Слышу, кто-то внутри меня начинает надо мной издеваться:
«А это тоже сказка? Вот он пред тобой, твой Черемош, о котором ты сочиняешь песню».
«Не сочиняю, — защищаюсь от своего второго „я“, отбиваюсь от своих собственных сомнений. — Я не уловил мелодии».
«Потому, что ты убоялся огрубелых, натруженных работой рук, тебе они не очень-то пришлись по душе, придумал теорию: талант для славы! Чтобы иметь возможность изучать творчество людей со сцены, а не в жизни. Потому, что в жизни оно порой шершавое, черное, запыленное».
Кто это говорит во мне? Я пришел сюда полный мечтаний, мелодий и поэзии. Кто влез ко мне в душу и безжалостно выгрызает все?
«Талант для славы? А у этих людей, на дарабах, разве нет таланта? Так возьми их на сцену и на бутафорской реке заставь вести картонные плоты, чтоб доступнее была тебе сказка Черемоша!»
«Ах, замолчи!»
«Смотришь и не веришь, что кто-то отдает свой талант людям, не думая о себе. Потому что тебе всего дороже твоя слава. Потому что ты — оранжерейный рододендрон. Не ставши украшением комнаты, ты перестал быть вечно свежим и привлекательным цветком!»

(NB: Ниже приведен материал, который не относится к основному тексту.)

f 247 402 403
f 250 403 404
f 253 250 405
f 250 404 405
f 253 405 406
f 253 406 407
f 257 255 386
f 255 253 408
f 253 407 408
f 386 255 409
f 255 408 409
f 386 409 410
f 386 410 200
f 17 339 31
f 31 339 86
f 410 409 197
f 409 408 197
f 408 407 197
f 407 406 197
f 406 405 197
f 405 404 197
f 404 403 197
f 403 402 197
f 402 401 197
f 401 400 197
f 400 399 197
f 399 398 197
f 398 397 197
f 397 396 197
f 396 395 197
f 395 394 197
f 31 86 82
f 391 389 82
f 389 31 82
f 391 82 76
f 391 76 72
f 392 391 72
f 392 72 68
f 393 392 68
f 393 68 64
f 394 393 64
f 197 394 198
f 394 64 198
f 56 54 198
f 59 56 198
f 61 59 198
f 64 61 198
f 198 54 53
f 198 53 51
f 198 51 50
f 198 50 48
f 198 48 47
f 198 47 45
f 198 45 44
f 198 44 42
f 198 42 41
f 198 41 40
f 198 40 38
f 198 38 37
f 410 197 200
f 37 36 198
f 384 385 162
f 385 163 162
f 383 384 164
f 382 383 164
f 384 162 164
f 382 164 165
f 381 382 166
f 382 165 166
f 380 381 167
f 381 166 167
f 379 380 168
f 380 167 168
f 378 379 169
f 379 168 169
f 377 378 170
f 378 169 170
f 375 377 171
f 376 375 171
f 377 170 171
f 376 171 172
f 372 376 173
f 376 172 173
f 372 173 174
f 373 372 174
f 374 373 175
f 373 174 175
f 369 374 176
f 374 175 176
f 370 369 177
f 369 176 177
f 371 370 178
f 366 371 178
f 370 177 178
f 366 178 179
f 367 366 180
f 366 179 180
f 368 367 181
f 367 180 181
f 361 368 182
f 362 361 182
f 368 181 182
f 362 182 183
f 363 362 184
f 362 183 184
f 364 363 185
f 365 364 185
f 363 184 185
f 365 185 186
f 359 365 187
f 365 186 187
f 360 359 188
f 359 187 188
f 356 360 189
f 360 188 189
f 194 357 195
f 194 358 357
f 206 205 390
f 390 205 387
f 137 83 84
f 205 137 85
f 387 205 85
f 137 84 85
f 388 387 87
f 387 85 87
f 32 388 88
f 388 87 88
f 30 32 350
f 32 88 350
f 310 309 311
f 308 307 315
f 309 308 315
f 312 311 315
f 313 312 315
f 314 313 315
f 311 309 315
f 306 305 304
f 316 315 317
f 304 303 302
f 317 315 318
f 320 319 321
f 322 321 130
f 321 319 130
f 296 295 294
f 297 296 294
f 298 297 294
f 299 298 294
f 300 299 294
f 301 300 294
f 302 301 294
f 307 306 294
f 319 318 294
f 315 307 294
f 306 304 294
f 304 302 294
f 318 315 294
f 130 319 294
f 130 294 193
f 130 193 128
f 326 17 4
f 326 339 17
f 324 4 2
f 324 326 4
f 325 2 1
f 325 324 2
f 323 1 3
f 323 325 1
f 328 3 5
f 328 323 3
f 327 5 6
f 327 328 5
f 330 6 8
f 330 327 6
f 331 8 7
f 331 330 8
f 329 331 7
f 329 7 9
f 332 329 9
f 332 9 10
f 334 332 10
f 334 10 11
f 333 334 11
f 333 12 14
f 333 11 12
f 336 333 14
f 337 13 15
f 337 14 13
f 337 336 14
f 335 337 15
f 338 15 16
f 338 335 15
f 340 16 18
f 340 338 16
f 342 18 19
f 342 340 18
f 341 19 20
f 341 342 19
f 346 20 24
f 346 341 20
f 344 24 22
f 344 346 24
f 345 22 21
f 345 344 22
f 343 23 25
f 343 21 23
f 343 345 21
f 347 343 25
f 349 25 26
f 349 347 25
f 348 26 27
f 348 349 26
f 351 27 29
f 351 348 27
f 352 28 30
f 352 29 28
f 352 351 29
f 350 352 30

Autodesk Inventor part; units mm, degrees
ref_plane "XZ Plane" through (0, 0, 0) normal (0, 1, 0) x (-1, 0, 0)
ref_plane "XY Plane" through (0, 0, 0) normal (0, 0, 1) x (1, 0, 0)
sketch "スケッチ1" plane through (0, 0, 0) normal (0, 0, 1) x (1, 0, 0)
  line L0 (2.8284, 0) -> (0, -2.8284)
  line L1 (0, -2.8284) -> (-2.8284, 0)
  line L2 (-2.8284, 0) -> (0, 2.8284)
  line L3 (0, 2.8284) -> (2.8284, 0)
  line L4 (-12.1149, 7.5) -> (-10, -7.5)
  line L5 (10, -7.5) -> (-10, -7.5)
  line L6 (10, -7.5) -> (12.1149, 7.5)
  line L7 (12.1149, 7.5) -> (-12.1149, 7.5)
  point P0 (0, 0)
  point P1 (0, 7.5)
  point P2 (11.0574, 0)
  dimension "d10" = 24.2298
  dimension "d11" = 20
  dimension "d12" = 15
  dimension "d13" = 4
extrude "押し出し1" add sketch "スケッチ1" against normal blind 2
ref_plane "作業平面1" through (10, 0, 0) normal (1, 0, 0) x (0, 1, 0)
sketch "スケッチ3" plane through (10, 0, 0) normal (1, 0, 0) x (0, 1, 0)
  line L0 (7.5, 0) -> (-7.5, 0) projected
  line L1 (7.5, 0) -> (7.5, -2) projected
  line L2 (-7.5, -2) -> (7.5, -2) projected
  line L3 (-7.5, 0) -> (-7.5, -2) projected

«Рушишь мой покой, мой отдых?»
«Покой? Тогда сочиняй песню про покой, а не про Черемош и про людей. Ты увидел ручеек и назвал его рекой. Ты прошелся вершинами Черногоры и назвал ее Швейцарией. Что ты знаешь об этих краях? Ты увидел людей, назвал их чародеями, захотел написать о них песню, но не нашел ключа к их душе. Потому что, встретившись с настоящей красотой, ты не сумел близко к ней стать. Вот где рождается та песня, которую ты не мог постичь. Вот как играют волны Черемоша! Встань на дарабу, и ты все постигнешь. Но ты боишься рисковать. А что, если погибнешь и никто об этом не узнает? А они, молодые плотовщики, рискуют, не думая о славе. Смотри: держась за руль, идут они на вспененные валы разъяренной воды, и она накатывает на них. Ты так врывался когда-нибудь в жизнь, как они — в кипящую хлябь?»
Молчу. Я начинаю понимать силу и бессилие, поэзию и пустозвонство.
Рву на кусочки тетрадь начатых песен.
•
Рано утром снова иду на полонину. Расскажу Ульяне о том, что понял я за эти дни.
Слышу песню. Это поют леса, крепко вросшие корнями в землю, травы на скупом грунте кряжей, это поет человек в труде.
Ульяна подоила овец, кончики пальцев еще терпнут от утомительной работы. Она сцедила сыворотку, сушит сыры на солнце и поет. Не на сцене, не напоказ, не ждет аплодисментов.
Я подкрадываюсь, чтоб увидеть Ульяну в ее уединении. Но она не одна. Возле нее тот, кто никогда не воображал ее себе в пышном платье, кто понимает ее, кто любит свежие высокогорные, а не оранжерейные рододендроны.
Вижу, как обнимает парубок стройную Ульяну, как целует она его. Свободная, счастливая.
Мне не стыдно, что я подглядываю. Я начинаю по-иному понимать философию жизни.
•
Прощаюсь с Карпатами. Не уношу с собой ни одного записанного слова. Еще раз перехожу через перевал и любуюсь рододендронами, хочу запомнить, как они цветут на кряжах, чтобы не любоваться теми, в вазонах на окне.
Я шел сюда, чтобы взять кроху того, что люди здесь берут как свое собственное, и на этом материале создать песню. Но я не беру с собой этой крохи. Кроха — это для бедных. На ней не создашь песню.
А все-таки — что я уношу?
Много. Новое понимание красоты.
Я еще приеду к тебе, моя Черногора, радуга над равнинами! Приеду без сказочных иллюзий, не на отдых, а как плотовщик, лесоруб, овчар. Сегодня я влюбился в тебя. И скоро-скоро вернусь к тебе, к живительной силе твоей молодости.